What are the School’s greatest assets?
This year, the School of Social Work will celebrate its 70th anniversary. Over the last seven decades, the school has not only educated generations of social work practitioners and scholars, but has significantly impacted the communities we serve. Our faculty is nationally and globally renowned for scholarship and pedagogy and has made critical contributions to the profession. The faculty members, administrators and staff are deeply committed to the School. Their passion, skills and values are what makes our School so revered. I would say one of our most important attributes is our student-centered operating philosophy and responsiveness to student needs.
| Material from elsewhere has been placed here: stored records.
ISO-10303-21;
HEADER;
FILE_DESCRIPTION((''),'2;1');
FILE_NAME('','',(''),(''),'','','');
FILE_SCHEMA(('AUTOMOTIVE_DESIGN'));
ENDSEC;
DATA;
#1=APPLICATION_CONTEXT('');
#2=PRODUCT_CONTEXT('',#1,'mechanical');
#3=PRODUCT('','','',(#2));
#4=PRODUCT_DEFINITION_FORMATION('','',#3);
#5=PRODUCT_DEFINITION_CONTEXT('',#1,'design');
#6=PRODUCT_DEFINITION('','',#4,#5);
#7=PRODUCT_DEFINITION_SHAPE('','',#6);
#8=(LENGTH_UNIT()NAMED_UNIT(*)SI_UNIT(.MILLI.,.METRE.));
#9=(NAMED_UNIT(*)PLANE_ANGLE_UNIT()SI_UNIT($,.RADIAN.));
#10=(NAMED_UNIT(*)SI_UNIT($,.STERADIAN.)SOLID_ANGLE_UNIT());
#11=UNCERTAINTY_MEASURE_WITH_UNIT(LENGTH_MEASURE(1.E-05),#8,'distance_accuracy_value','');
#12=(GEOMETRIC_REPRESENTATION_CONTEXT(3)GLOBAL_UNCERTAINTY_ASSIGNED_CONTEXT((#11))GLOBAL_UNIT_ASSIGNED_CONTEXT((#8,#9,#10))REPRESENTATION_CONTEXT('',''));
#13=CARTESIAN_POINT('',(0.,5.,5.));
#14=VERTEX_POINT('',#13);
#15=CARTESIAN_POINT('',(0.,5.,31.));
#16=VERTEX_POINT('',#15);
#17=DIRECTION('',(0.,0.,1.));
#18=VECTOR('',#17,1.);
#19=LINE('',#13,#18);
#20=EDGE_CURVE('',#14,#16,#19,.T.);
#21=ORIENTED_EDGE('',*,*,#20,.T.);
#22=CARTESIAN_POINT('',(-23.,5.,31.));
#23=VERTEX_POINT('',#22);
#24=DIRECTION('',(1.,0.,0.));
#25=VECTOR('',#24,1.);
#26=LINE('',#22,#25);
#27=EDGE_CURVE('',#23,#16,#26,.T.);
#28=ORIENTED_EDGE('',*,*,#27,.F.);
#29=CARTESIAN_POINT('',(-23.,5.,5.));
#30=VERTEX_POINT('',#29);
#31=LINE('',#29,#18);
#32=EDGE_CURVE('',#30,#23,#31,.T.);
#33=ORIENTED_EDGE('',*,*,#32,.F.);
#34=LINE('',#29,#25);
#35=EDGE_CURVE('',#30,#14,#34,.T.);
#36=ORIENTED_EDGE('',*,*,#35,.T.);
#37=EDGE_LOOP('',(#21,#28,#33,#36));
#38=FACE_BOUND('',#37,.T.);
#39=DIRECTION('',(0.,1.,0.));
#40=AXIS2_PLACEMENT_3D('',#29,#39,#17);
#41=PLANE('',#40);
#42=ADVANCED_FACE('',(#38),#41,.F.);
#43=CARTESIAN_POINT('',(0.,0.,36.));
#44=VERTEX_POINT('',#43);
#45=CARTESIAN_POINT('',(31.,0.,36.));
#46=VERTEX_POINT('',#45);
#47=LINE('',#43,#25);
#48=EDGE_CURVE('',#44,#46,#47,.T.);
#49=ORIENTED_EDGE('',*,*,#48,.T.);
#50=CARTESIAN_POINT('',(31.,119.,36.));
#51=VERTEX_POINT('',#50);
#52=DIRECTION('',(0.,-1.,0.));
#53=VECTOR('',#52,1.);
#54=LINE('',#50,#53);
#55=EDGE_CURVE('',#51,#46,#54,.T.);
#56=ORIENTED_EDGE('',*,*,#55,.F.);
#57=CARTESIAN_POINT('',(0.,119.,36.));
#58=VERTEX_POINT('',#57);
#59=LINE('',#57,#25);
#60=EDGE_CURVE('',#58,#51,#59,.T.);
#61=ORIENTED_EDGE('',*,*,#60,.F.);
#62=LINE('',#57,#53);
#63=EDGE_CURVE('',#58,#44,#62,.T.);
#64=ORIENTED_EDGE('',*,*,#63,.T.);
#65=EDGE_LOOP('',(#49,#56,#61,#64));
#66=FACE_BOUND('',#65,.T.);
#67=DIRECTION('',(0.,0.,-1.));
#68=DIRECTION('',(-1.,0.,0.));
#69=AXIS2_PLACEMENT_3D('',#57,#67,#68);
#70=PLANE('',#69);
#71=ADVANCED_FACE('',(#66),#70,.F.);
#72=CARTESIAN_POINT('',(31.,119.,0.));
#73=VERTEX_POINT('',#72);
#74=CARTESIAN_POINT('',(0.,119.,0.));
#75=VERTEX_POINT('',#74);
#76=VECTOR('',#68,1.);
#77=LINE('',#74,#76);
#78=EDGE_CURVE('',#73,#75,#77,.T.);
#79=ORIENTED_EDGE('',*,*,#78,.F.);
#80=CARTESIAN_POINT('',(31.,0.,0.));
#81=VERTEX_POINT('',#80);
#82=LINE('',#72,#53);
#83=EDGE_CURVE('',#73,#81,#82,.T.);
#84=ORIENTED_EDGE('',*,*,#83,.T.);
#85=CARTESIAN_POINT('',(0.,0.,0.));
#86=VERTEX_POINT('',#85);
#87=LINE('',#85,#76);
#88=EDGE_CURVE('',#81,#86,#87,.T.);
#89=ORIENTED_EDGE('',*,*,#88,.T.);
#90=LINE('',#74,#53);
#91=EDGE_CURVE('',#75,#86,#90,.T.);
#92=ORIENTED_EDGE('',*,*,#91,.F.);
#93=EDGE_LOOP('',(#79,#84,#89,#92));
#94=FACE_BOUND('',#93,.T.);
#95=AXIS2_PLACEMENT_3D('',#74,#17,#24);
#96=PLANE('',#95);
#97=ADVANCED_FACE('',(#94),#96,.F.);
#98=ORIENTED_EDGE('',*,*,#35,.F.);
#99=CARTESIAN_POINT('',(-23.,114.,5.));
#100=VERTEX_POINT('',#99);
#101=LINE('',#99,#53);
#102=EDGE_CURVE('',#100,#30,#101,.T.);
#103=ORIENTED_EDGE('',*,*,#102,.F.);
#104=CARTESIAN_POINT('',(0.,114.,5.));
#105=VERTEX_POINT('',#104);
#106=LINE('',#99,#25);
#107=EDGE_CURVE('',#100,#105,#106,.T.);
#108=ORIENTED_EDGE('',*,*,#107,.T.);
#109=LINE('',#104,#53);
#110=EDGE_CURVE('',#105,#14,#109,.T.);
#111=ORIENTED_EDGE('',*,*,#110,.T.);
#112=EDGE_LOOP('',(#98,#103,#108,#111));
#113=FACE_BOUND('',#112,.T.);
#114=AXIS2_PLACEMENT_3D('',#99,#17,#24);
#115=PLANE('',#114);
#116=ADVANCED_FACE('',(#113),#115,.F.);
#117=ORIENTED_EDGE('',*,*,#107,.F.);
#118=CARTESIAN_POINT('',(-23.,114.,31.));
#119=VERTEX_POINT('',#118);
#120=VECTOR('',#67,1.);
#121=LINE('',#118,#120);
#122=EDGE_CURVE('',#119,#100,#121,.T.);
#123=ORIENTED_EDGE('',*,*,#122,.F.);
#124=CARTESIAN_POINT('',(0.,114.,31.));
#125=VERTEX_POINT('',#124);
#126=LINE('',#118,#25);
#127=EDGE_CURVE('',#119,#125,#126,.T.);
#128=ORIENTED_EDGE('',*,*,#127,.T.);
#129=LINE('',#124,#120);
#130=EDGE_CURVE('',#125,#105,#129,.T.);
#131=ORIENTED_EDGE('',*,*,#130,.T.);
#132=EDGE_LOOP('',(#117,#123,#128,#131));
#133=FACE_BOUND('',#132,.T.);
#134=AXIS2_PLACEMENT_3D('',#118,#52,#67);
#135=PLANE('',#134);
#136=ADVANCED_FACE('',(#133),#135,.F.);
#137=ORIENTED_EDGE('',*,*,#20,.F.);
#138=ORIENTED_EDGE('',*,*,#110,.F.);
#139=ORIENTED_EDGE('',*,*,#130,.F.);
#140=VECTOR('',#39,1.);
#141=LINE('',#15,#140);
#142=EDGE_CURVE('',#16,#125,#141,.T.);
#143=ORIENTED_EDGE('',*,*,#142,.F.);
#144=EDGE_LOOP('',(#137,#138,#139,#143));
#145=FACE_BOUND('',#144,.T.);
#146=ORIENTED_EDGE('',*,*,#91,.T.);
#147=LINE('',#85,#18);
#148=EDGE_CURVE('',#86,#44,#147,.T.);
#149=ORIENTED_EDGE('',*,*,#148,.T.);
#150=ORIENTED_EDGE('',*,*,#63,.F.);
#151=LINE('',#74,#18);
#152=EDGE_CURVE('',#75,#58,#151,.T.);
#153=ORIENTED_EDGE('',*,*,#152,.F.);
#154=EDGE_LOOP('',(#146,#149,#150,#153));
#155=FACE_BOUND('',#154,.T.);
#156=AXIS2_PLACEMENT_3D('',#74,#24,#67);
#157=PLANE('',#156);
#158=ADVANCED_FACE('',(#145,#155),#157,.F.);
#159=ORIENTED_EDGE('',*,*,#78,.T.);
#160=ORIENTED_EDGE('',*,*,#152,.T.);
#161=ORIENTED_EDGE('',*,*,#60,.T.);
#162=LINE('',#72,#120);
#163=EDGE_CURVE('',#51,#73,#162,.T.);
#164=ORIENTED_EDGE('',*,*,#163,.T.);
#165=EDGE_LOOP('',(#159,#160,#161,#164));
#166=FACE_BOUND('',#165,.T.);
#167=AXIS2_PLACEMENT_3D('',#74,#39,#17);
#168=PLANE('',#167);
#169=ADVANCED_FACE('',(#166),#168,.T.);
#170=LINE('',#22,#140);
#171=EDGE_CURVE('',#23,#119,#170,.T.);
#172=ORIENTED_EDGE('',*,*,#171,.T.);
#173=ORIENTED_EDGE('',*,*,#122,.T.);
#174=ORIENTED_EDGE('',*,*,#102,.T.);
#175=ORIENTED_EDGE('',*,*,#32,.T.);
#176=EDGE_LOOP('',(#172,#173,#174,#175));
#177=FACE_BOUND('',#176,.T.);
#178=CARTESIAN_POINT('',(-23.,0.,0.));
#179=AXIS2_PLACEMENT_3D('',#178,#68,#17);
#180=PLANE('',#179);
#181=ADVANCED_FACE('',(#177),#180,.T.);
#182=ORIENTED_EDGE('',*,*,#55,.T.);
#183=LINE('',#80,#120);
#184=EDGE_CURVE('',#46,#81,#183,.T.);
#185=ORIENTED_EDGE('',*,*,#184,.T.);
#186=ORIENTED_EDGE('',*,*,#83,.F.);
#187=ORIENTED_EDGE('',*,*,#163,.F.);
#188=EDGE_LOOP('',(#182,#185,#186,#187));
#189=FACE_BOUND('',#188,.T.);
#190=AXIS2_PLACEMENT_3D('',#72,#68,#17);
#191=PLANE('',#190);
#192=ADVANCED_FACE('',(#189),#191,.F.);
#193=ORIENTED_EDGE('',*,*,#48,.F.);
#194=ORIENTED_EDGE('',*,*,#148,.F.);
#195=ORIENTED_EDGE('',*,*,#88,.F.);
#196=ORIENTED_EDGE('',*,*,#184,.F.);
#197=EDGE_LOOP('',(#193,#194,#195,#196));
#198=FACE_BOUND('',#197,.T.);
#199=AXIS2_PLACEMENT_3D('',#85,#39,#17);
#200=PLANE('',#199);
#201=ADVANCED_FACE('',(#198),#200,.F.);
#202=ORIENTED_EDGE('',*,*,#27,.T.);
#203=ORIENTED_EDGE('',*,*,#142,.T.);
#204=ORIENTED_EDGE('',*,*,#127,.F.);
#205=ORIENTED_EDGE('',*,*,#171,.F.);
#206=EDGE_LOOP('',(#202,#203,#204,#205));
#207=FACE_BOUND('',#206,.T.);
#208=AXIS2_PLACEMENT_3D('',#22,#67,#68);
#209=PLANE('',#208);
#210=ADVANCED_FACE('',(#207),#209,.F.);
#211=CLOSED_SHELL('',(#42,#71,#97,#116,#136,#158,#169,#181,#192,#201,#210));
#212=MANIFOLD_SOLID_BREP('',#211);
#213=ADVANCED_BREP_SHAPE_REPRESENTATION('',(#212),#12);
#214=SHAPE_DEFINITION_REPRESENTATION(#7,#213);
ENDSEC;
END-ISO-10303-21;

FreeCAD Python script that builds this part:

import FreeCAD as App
import Part
import Sketcher


def add_polygon(sketch, points):
    """Adds a closed chain of lines whose ends are joined by coincident constraints."""
    first, n = sketch.GeometryCount, len(points)
    for a, b in zip(points, points[1:] + points[:1]):
        sketch.addGeometry(Part.LineSegment(App.Vector(*a, 0), App.Vector(*b, 0)), False)
    for i in range(n):
        sketch.addConstraint(Sketcher.Constraint("Coincident", first + i, 2, first + (i + 1) % n, 1))

doc = App.newDocument("Part")
body = doc.addObject("PartDesign::Body", "Body")

# Sketch on XZ plane
sketch1 = body.newObject("Sketcher::SketchObject", "Sketch")
sketch1.AttachmentSupport = (doc.getObject("XZ_Plane"), [""])
sketch1.MapMode = "FlatFace"
add_polygon(sketch1, [(0, 0), (0, 36), (31, 36), (31, 0)])  # lines 0-3
sketch1.addConstraint([
    Sketcher.Constraint("Vertical", 0),
    Sketcher.Constraint("Horizontal", 1),
    Sketcher.Constraint("Vertical", 2),
    Sketcher.Constraint("Horizontal", 3),
    Sketcher.Constraint("Coincident", 3, 2, -1, 1),
    Sketcher.Constraint("DistanceX", 1, 1, 1, 2, 31.0),
    Sketcher.Constraint("DistanceY", 0, 1, 0, 2, 36.0),
])
pad1 = body.newObject("PartDesign::Pad", "Pad")
pad1.Profile = sketch1
pad1.Length = 119
pad1.Reversed = True

# Sketch on YZ plane
sketch2 = body.newObject("Sketcher::SketchObject", "Sketch001")
sketch2.AttachmentSupport = (doc.getObject("YZ_Plane"), [""])
sketch2.MapMode = "FlatFace"
add_polygon(sketch2, [(114, 5), (5, 5), (5, 31), (114, 31)])  # lines 0-3
sketch2.addConstraint([
    Sketcher.Constraint("Horizontal", 0),
    Sketcher.Constraint("Vertical", 1),
    Sketcher.Constraint("Horizontal", 2),
    Sketcher.Constraint("Vertical", 3),
    Sketcher.Constraint("DistanceX", 0, 2, 0, 1, 109.0),
    Sketcher.Constraint("DistanceY", 1, 1, 1, 2, 26.0),
    Sketcher.Constraint("DistanceX", -1, 1, 0, 2, 5.0),
    Sketcher.Constraint("DistanceY", -1, 1, 0, 2, 5.0),
])
pad2 = body.newObject("PartDesign::Pad", "Pad001")
pad2.Profile = sketch2
pad2.Length = 23
pad2.Reversed = True

doc.recompute()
Finally, our alumni have made us proud—not only do they serve effectively and advocate for social justice, but they often return to the School as recruiters, field supervisors, faculty field liaisons, adjunct faculty and administrators.
What inspired you to pursue a career in academia?
I began my career as a social worker in a senior center. In working with older adults, I quickly recognized the importance of engagement, community organizing, social justice and advocacy. As I progressed in my professional career, I had the opportunity to work with individuals, families and groups from marginalized and under-resourced communities. This raised my consciousness regarding the need for evidence-based practices, engaging in social policy analysis, capacity-based assessments, employing a human rights framework for practice and the resource challenges faced by social work agencies. As an administrator in social work agencies, I was introduced to field departments of social work programs and faculty researchers. I quickly understood the need for collaboration between our field and academia in order to innovate the discipline and prepare impactful social workers. These experiences and an opportunity to teach in a social work program inspired me to pursue a career in academia. I would say that my journey in academia has truly helped me realize my vision of synergistic, symbiotic and meaningful partnerships between a school of social work and the wider community.